◆ What is needed ◆
Only one stretch of the data below is wanted: the lines from the one with "circle A3 centre (51, 45.9993) radius 1" through the one with "Rebuilt in FreeCAD, every", repeated exactly.

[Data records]
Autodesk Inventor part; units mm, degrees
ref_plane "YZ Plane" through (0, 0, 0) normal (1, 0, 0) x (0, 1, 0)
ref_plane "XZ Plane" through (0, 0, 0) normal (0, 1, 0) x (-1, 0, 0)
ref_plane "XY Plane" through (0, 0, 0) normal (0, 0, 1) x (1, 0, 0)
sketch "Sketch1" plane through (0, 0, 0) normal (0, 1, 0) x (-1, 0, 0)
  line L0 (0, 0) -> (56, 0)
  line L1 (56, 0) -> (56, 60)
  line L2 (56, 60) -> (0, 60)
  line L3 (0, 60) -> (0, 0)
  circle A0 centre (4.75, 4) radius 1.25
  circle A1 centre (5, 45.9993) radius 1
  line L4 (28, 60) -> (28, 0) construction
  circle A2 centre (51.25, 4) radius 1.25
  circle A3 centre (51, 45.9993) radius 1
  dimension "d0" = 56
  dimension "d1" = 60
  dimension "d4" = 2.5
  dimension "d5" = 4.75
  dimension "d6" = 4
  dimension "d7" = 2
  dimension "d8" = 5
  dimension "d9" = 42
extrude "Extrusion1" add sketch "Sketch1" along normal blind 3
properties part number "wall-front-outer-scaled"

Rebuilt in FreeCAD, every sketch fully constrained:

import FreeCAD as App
import Part
import Sketcher


def add_polygon(sketch, points):
    """Adds a closed chain of lines whose ends are joined by coincident constraints."""
    first, n = sketch.GeometryCount, len(points)
    for a, b in zip(points, points[1:] + points[:1]):
        sketch.addGeometry(Part.LineSegment(App.Vector(*a, 0), App.Vector(*b, 0)), False)
    for i in range(n):
        sketch.addConstraint(Sketcher.Constraint("Coincident", first + i, 2, first + (i + 1) % n, 1))

doc = App.newDocument("Part")
body = doc.addObject("PartDesign::Body", "Body")

sketch1 = body.newObject("Sketcher::SketchObject", "Sketch")
sketch1.AttachmentSupport = (doc.getObject("XZ_Plane"), [""])
sketch1.MapMode = "FlatFace"
add_polygon(sketch1, [(0, 60), (0, 0), (-56, 0), (-56, 60)])
sketch1.addGeometry(Part.Circle(App.Vector(-4.8, 4, 0), App.Vector(0, 0, 1), 1.2), False)
sketch1.addGeometry(Part.Circle(App.Vector(-51.2, 4, 0), App.Vector(0, 0, 1), 1.2), False)
sketch1.addGeometry(Part.Circle(App.Vector(-5, 46, 0), App.Vector(0, 0, 1), 1), False)
sketch1.addGeometry(Part.Circle(App.Vector(-51, 46, 0), App.Vector(0, 0, 1), 1), False)
sketch1.addConstraint(Sketcher.Constraint("Vertical", 0))
sketch1.addConstraint(Sketcher.Constraint("Horizontal", 1))
sketch1.addConstraint(Sketcher.Constraint("Vertical", 2))
sketch1.addConstraint(Sketcher.Constraint("Horizontal", 3))
sketch1.addConstraint(Sketcher.Constraint("Coincident", 0, 2, -1, 1))
sketch1.addConstraint(Sketcher.Constraint("Equal", 4, 5))
sketch1.addConstraint(Sketcher.Constraint("Equal", 6, 7))
sketch1.addConstraint(Sketcher.Constraint("Horizontal", 4, 3, 5, 3))
sketch1.addConstraint(Sketcher.Constraint("Horizontal", 6, 3, 7, 3))
sketch1.addConstraint(Sketcher.Constraint("Diameter", 6, 2.0))
sketch1.addConstraint(Sketcher.Constraint("Diameter", 4, 2.5))
sketch1.addConstraint(Sketcher.Constraint("DistanceX", 1, 2, 1, 1, 56.0))
sketch1.addConstraint(Sketcher.Constraint("DistanceY", 0, 2, 0, 1, 60.0))
sketch1.addConstraint(Sketcher.Constraint("DistanceY", -1, 1, 4, 3, 4.0))
sketch1.addConstraint(Sketcher.Constraint("DistanceX", 6, 3, -1, 1, 5.0))
sketch1.addConstraint(Sketcher.Constraint("DistanceX", 1, 2, 7, 3, 5.0))
sketch1.addConstraint(Sketcher.Constraint("DistanceX", 4, 3, -1, 1, 4.75))
sketch1.addConstraint(Sketcher.Constraint("DistanceX", 1, 2, 5, 3, 4.75))
sketch1.addConstraint(Sketcher.Constraint("DistanceY", -1, 1, 6, 3, 45.9993))
pad1 = body.newObject("PartDesign::Pad", "Pad")
pad1.Profile = sketch1
pad1.Length = 3
pad1.Reversed = True

doc.recompute()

◆ Solution ◆
  circle A3 centre (51, 45.9993) radius 1
  dimension "d0" = 56
  dimension "d1" = 60
  dimension "d4" = 2.5
  dimension "d5" = 4.75
  dimension "d6" = 4
  dimension "d7" = 2
  dimension "d8" = 5
  dimension "d9" = 42
extrude "Extrusion1" add sketch "Sketch1" along normal blind 3
properties part number "wall-front-outer-scaled"

Rebuilt in FreeCAD, every sketch fully constrained:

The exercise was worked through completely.